# [Dataset]
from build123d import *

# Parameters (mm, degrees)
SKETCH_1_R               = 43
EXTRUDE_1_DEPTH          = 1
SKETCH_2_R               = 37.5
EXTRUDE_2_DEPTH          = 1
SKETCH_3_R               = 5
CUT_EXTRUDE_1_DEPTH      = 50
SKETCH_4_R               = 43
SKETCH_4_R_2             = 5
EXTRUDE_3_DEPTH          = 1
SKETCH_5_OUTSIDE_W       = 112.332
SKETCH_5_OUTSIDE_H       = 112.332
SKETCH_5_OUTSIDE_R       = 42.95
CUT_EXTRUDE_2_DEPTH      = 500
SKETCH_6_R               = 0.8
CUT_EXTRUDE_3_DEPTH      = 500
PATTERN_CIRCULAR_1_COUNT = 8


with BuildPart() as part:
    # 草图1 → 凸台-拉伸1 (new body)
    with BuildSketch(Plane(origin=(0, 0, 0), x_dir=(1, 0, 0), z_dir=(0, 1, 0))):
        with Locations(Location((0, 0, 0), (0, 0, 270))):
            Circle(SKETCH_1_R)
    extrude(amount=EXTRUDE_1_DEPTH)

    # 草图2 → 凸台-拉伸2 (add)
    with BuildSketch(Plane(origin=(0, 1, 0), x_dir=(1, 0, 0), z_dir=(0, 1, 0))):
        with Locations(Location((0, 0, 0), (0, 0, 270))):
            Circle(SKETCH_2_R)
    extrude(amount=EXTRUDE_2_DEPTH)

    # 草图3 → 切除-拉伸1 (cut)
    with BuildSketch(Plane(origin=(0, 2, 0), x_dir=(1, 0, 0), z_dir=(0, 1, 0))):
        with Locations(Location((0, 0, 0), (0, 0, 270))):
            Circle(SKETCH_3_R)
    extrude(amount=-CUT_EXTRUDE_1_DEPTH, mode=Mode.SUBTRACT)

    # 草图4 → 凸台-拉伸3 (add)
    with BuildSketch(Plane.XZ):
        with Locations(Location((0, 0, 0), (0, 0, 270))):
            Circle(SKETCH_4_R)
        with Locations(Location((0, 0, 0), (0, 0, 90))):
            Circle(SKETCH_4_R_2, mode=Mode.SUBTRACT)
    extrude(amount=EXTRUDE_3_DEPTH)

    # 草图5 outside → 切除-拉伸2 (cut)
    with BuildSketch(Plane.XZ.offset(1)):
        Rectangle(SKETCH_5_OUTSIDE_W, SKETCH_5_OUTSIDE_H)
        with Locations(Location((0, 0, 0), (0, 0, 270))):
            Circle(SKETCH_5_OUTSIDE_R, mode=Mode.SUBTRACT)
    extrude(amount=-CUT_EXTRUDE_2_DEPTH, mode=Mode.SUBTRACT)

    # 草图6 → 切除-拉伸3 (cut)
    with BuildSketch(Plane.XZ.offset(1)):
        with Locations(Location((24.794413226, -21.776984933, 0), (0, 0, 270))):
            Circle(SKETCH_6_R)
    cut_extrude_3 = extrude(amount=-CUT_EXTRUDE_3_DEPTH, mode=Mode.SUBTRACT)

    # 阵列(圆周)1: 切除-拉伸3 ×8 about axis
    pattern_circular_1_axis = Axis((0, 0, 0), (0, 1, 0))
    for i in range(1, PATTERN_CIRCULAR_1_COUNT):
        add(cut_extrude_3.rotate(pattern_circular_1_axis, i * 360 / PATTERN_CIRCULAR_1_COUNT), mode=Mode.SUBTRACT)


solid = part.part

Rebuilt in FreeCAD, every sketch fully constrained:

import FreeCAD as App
import Part
import Sketcher

V = App.Vector


def add_polygon(sketch, points):
    """Adds a closed chain of lines whose ends are joined by coincident constraints."""
    first, n = sketch.GeometryCount, len(points)
    for a, b in zip(points, points[1:] + points[:1]):
        sketch.addGeometry(Part.LineSegment(App.Vector(*a, 0), App.Vector(*b, 0)), False)
    for i in range(n):
        sketch.addConstraint(Sketcher.Constraint("Coincident", first + i, 2, first + (i + 1) % n, 1))

doc = App.newDocument("Part")
body = doc.addObject("PartDesign::Body", "Body")

# Sketch on XZ plane
sketch1 = doc.addObject("Sketcher::SketchObject", "Sketch")
body.addObject(sketch1)
sketch1.AttachmentSupport = (doc.XZ_Plane, [""])
sketch1.MapMode = "FlatFace"
sketch1.addGeometry(Part.Circle(V(0, 0, 0), V(0, 0, 1), 43), False)
sketch1.addConstraint([
    Sketcher.Constraint("Coincident", 0, 3, -1, 1),
    Sketcher.Constraint("Diameter", 0, 86.0),
])
pad1 = doc.addObject("PartDesign::Pad", "Pad")
body.addObject(pad1)
pad1.Profile = sketch1
pad1.Length = 1
pad1.Reversed = True

# Sketch on XZ plane
sketch2 = doc.addObject("Sketcher::SketchObject", "Sketch001")
body.addObject(sketch2)
sketch2.AttachmentSupport = (doc.XZ_Plane, [""])
sketch2.MapMode = "FlatFace"
sketch2.AttachmentOffset = App.Placement(V(0, 0, -1), App.Rotation())
sketch2.addGeometry(Part.Circle(V(0, 0, 0), V(0, 0, 1), 38), False)
sketch2.addConstraint([
    Sketcher.Constraint("Coincident", 0, 3, -1, 1),
    Sketcher.Constraint("Diameter", 0, 75.0),
])
pad2 = doc.addObject("PartDesign::Pad", "Pad001")
body.addObject(pad2)
pad2.Profile = sketch2
pad2.Length = 1
pad2.Reversed = True

# Sketch on XZ plane
sketch3 = doc.addObject("Sketcher::SketchObject", "Sketch002")
body.addObject(sketch3)
sketch3.AttachmentSupport = (doc.XZ_Plane, [""])
sketch3.MapMode = "FlatFace"
sketch3.AttachmentOffset = App.Placement(V(0, 0, -2), App.Rotation())
sketch3.addGeometry(Part.Circle(V(0, 0, 0), V(0, 0, 1), 5), False)
sketch3.addConstraint([
    Sketcher.Constraint("Coincident", 0, 3, -1, 1),
    Sketcher.Constraint("Diameter", 0, 10.0),
])
pocket1 = doc.addObject("PartDesign::Pocket", "Pocket")
body.addObject(pocket1)
pocket1.Profile = sketch3
pocket1.Length = 50
pocket1.Reversed = True

# Sketch on XZ plane
sketch4 = doc.addObject("Sketcher::SketchObject", "Sketch003")
body.addObject(sketch4)
sketch4.AttachmentSupport = (doc.XZ_Plane, [""])
sketch4.MapMode = "FlatFace"
sketch4.addGeometry([
    Part.Circle(V(0, 0, 0), V(0, 0, 1), 43),
    Part.Circle(V(0, 0, 0), V(0, 0, 1), 5),
], False)
sketch4.addConstraint([
    Sketcher.Constraint("Coincident", 0, 3, -1, 1),
    Sketcher.Constraint("Coincident", 1, 3, -1, 1),
    Sketcher.Constraint("Diameter", 0, 86.0),
    Sketcher.Constraint("Diameter", 1, 10.0),
])
pad3 = doc.addObject("PartDesign::Pad", "Pad002")
body.addObject(pad3)
pad3.Profile = sketch4
pad3.Length = 1

# Sketch on XZ plane
sketch5 = doc.addObject("Sketcher::SketchObject", "Sketch004")
body.addObject(sketch5)
sketch5.AttachmentSupport = (doc.XZ_Plane, [""])
sketch5.MapMode = "FlatFace"
sketch5.AttachmentOffset = App.Placement(V(0, 0, 1), App.Rotation())
add_polygon(sketch5, [(-56, 56), (-56, -56), (56, -56), (56, 56)])  # lines 0-3
sketch5.addGeometry(Part.Circle(V(0, 0, 0), V(0, 0, 1), 43), False)  # 4
sketch5.addConstraint([
    Sketcher.Constraint("Vertical", 0),
    Sketcher.Constraint("Horizontal", 1),
    Sketcher.Constraint("Vertical", 2),
    Sketcher.Constraint("Horizontal", 3),
    Sketcher.Constraint("Coincident", 4, 3, -1, 1),
    Sketcher.Constraint("Symmetric", 0, 2, 2, 2, -1, 1),
    Sketcher.Constraint("Equal", 3, 0),
    Sketcher.Constraint("Diameter", 4, 85.9),
    Sketcher.Constraint("DistanceX", 1, 1, 1, 2, 112.332),
])
pocket2 = doc.addObject("PartDesign::Pocket", "Pocket001")
body.addObject(pocket2)
pocket2.Profile = sketch5
pocket2.Length = 500

# Sketch on XZ plane
sketch6 = doc.addObject("Sketcher::SketchObject", "Sketch005")
body.addObject(sketch6)
sketch6.AttachmentSupport = (doc.XZ_Plane, [""])
sketch6.MapMode = "FlatFace"
sketch6.AttachmentOffset = App.Placement(V(0, 0, 1), App.Rotation())
sketch6.addGeometry(Part.Circle(V(24.8, -21.8, 0), V(0, 0, 1), 0.8), False)
sketch6.addConstraint([
    Sketcher.Constraint("Diameter", 0, 1.6),
    Sketcher.Constraint("DistanceX", -1, 1, 0, 3, 24.794413),
    Sketcher.Constraint("DistanceY", 0, 3, -1, 1, 21.776985),
])
pocket3 = doc.addObject("PartDesign::Pocket", "Pocket002")
body.addObject(pocket3)
pocket3.Profile = sketch6
pocket3.Length = 500
doc.recompute()

polarpattern = doc.addObject("PartDesign::PolarPattern", "PolarPattern")
body.addObject(polarpattern)
polarpattern.Originals = [pocket3]
polarpattern.Axis = (doc.Y_Axis, [""])
polarpattern.Angle = 360
polarpattern.Occurrences = 8
body.Tip = polarpattern

doc.recompute()
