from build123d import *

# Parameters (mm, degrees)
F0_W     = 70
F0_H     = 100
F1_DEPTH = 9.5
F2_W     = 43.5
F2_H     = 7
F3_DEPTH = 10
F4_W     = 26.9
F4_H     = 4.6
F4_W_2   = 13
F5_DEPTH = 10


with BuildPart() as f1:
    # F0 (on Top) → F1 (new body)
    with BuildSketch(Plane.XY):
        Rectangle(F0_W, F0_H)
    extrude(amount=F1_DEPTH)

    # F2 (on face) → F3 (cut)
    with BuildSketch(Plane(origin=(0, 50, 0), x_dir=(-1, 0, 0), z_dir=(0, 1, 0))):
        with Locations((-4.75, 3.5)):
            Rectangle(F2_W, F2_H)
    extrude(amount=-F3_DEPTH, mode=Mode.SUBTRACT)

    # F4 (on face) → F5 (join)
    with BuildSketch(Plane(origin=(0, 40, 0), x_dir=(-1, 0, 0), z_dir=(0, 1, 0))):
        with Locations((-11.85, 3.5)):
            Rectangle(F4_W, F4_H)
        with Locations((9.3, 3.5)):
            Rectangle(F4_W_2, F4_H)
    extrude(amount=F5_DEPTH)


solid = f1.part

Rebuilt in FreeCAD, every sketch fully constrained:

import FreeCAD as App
import Part
import Sketcher
from FreeCAD import Vector

doc = App.newDocument("Part")
params = doc.addObject("Spreadsheet::Sheet", "Params")
for row, (alias, value) in enumerate([
    ("sketch1_width", "70 mm"),
    ("sketch1_height", "100 mm"),
    ("pad1_length", "9.5 mm"),
    ("sketch2_height", "7 mm"),
    ("sketch2_width", "43.5 mm"),
    ("pocket1_length", "10 mm"),
    ("sketch3_width", "13 mm"),
    ("sketch3_width2", "26.9 mm"),
    ("sketch3_height", "4.6 mm"),
    ("pad2_length", "10 mm"),
], start=1):
    params.set(f"A{row}", alias)
    params.set(f"B{row}", "=" + value)
    params.setAlias(f"B{row}", alias)

body = doc.addObject("PartDesign::Body", "Body")

sketch1 = doc.addObject("Sketcher::SketchObject", "Sketch")
body.addObject(sketch1)
sketch1.AttachmentSupport = (doc.XY_Plane, [""])
sketch1.MapMode = "FlatFace"
sketch1.addGeometry([
    Part.LineSegment(Vector(-35, 50, 0), Vector(-35, -50, 0)),
    Part.LineSegment(Vector(-35, -50, 0), Vector(35, -50, 0)),
    Part.LineSegment(Vector(35, -50, 0), Vector(35, 50, 0)),
    Part.LineSegment(Vector(35, 50, 0), Vector(-35, 50, 0)),
], False)
sketch1.addConstraint([
    Sketcher.Constraint("Coincident", 0, 2, 1, 1),
    Sketcher.Constraint("Coincident", 1, 2, 2, 1),
    Sketcher.Constraint("Coincident", 2, 2, 3, 1),
    Sketcher.Constraint("Coincident", 3, 2, 0, 1),
    Sketcher.Constraint("Vertical", 0),
    Sketcher.Constraint("Horizontal", 1),
    Sketcher.Constraint("Vertical", 2),
    Sketcher.Constraint("Horizontal", 3),
    Sketcher.Constraint("Symmetric", 0, 2, 2, 2, -1, 1),
    Sketcher.Constraint("DistanceX", 1, 1, 1, 2, 70.0),
    Sketcher.Constraint("DistanceY", 0, 2, 0, 1, 100.0),
])
sketch1.setExpression("Constraints[9]", "Params.sketch1_width")
sketch1.setExpression("Constraints[10]", "Params.sketch1_height")
pad1 = doc.addObject("PartDesign::Pad", "Pad")
body.addObject(pad1)
pad1.Profile = sketch1
pad1.setExpression("Length", "Params.pad1_length")

sketch2 = doc.addObject("Sketcher::SketchObject", "Sketch001")
body.addObject(sketch2)
sketch2.AttachmentSupport = (doc.XZ_Plane, [""])
sketch2.MapMode = "FlatFace"
sketch2.AttachmentOffset = App.Placement(Vector(0, 0, -50), App.Rotation())
sketch2.addGeometry([
    Part.LineSegment(Vector(26, 7, 0), Vector(26, 0, 0)),
    Part.LineSegment(Vector(26, 0, 0), Vector(-17, 0, 0)),
    Part.LineSegment(Vector(-17, 0, 0), Vector(-17, 7, 0)),
    Part.LineSegment(Vector(-17, 7, 0), Vector(26, 7, 0)),
], False)
sketch2.addConstraint([
    Sketcher.Constraint("Coincident", 0, 2, 1, 1),
    Sketcher.Constraint("Coincident", 1, 2, 2, 1),
    Sketcher.Constraint("Coincident", 2, 2, 3, 1),
    Sketcher.Constraint("Coincident", 3, 2, 0, 1),
    Sketcher.Constraint("Vertical", 0),
    Sketcher.Constraint("Horizontal", 1),
    Sketcher.Constraint("Vertical", 2),
    Sketcher.Constraint("Horizontal", 3),
    Sketcher.Constraint("PointOnObject", 0, 2, -1),
    Sketcher.Constraint("DistanceY", 0, 2, 0, 1, 7.0),
    Sketcher.Constraint("DistanceX", 1, 2, 1, 1, 43.5),
    Sketcher.Constraint("DistanceX", 1, 2, -1, 1, 17.0),
])
sketch2.setExpression("Constraints[9]", "Params.sketch2_height")
sketch2.setExpression("Constraints[10]", "Params.sketch2_width")
pocket1 = doc.addObject("PartDesign::Pocket", "Pocket")
body.addObject(pocket1)
pocket1.Profile = sketch2
pocket1.setExpression("Length", "Params.pocket1_length")
pocket1.Reversed = True

sketch3 = doc.addObject("Sketcher::SketchObject", "Sketch002")
body.addObject(sketch3)
sketch3.AttachmentSupport = (doc.XZ_Plane, [""])
sketch3.MapMode = "FlatFace"
sketch3.AttachmentOffset = App.Placement(Vector(0, 0, -40), App.Rotation())
sketch3.addGeometry([
    Part.LineSegment(Vector(25.3, 5.8, 0), Vector(25.3, 1.2, 0)),
    Part.LineSegment(Vector(25.3, 1.2, 0), Vector(-1.6, 1.2, 0)),
    Part.LineSegment(Vector(-1.6, 1.2, 0), Vector(-1.6, 5.8, 0)),
    Part.LineSegment(Vector(-1.6, 5.8, 0), Vector(25.3, 5.8, 0)),
    Part.LineSegment(Vector(-2.8, 5.8, 0), Vector(-2.8, 1.2, 0)),
    Part.LineSegment(Vector(-2.8, 1.2, 0), Vector(-15.8, 1.2, 0)),
    Part.LineSegment(Vector(-15.8, 1.2, 0), Vector(-15.8, 5.8, 0)),
    Part.LineSegment(Vector(-15.8, 5.8, 0), Vector(-2.8, 5.8, 0)),
], False)
sketch3.addConstraint([
    Sketcher.Constraint("Coincident", 0, 2, 1, 1),
    Sketcher.Constraint("Coincident", 1, 2, 2, 1),
    Sketcher.Constraint("Coincident", 2, 2, 3, 1),
    Sketcher.Constraint("Coincident", 3, 2, 0, 1),
    Sketcher.Constraint("Coincident", 4, 2, 5, 1),
    Sketcher.Constraint("Coincident", 5, 2, 6, 1),
    Sketcher.Constraint("Coincident", 6, 2, 7, 1),
    Sketcher.Constraint("Coincident", 7, 2, 4, 1),
    Sketcher.Constraint("Vertical", 0),
    Sketcher.Constraint("Horizontal", 1),
    Sketcher.Constraint("Vertical", 2),
    Sketcher.Constraint("Horizontal", 3),
    Sketcher.Constraint("Vertical", 4),
    Sketcher.Constraint("Horizontal", 5),
    Sketcher.Constraint("Vertical", 6),
    Sketcher.Constraint("Horizontal", 7),
    Sketcher.Constraint("Horizontal", 1, 2, 4, 2),
    Sketcher.Constraint("Horizontal", 3, 2, 6, 2),
    Sketcher.Constraint("DistanceX", 5, 2, 5, 1, 13.0),
    Sketcher.Constraint("DistanceX", 1, 2, 1, 1, 26.9),
    Sketcher.Constraint("DistanceY", 0, 2, 0, 1, 4.6),
    Sketcher.Constraint("DistanceX", -1, 1, 0, 2, 25.3),
    Sketcher.Constraint("DistanceY", -1, 1, 0, 2, 1.2),
    Sketcher.Constraint("DistanceX", 4, 2, -1, 1, 2.8),
])
sketch3.setExpression("Constraints[18]", "Params.sketch3_width")
sketch3.setExpression("Constraints[19]", "Params.sketch3_width2")
sketch3.setExpression("Constraints[20]", "Params.sketch3_height")
pad2 = doc.addObject("PartDesign::Pad", "Pad001")
body.addObject(pad2)
pad2.Profile = sketch3
pad2.setExpression("Length", "Params.pad2_length")
pad2.Reversed = True

doc.recompute()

# [Exercise]
Give back exactly what runs from the first line of the listing above to the line that contains "# 草图2 → 凸台-拉伸2 (add)", keeping both end lines.

# [Solution for this task]
from build123d import *

# Parameters (mm, degrees)
SKETCH_1_R               = 43
EXTRUDE_1_DEPTH          = 1
SKETCH_2_R               = 37.5
EXTRUDE_2_DEPTH          = 1
SKETCH_3_R               = 5
CUT_EXTRUDE_1_DEPTH      = 50
SKETCH_4_R               = 43
SKETCH_4_R_2             = 5
EXTRUDE_3_DEPTH          = 1
SKETCH_5_OUTSIDE_W       = 112.332
SKETCH_5_OUTSIDE_H       = 112.332
SKETCH_5_OUTSIDE_R       = 42.95
CUT_EXTRUDE_2_DEPTH      = 500
SKETCH_6_R               = 0.8
CUT_EXTRUDE_3_DEPTH      = 500
PATTERN_CIRCULAR_1_COUNT = 8


with BuildPart() as part:
    # 草图1 → 凸台-拉伸1 (new body)
    with BuildSketch(Plane(origin=(0, 0, 0), x_dir=(1, 0, 0), z_dir=(0, 1, 0))):
        with Locations(Location((0, 0, 0), (0, 0, 270))):
            Circle(SKETCH_1_R)
    extrude(amount=EXTRUDE_1_DEPTH)

    # 草图2 → 凸台-拉伸2 (add)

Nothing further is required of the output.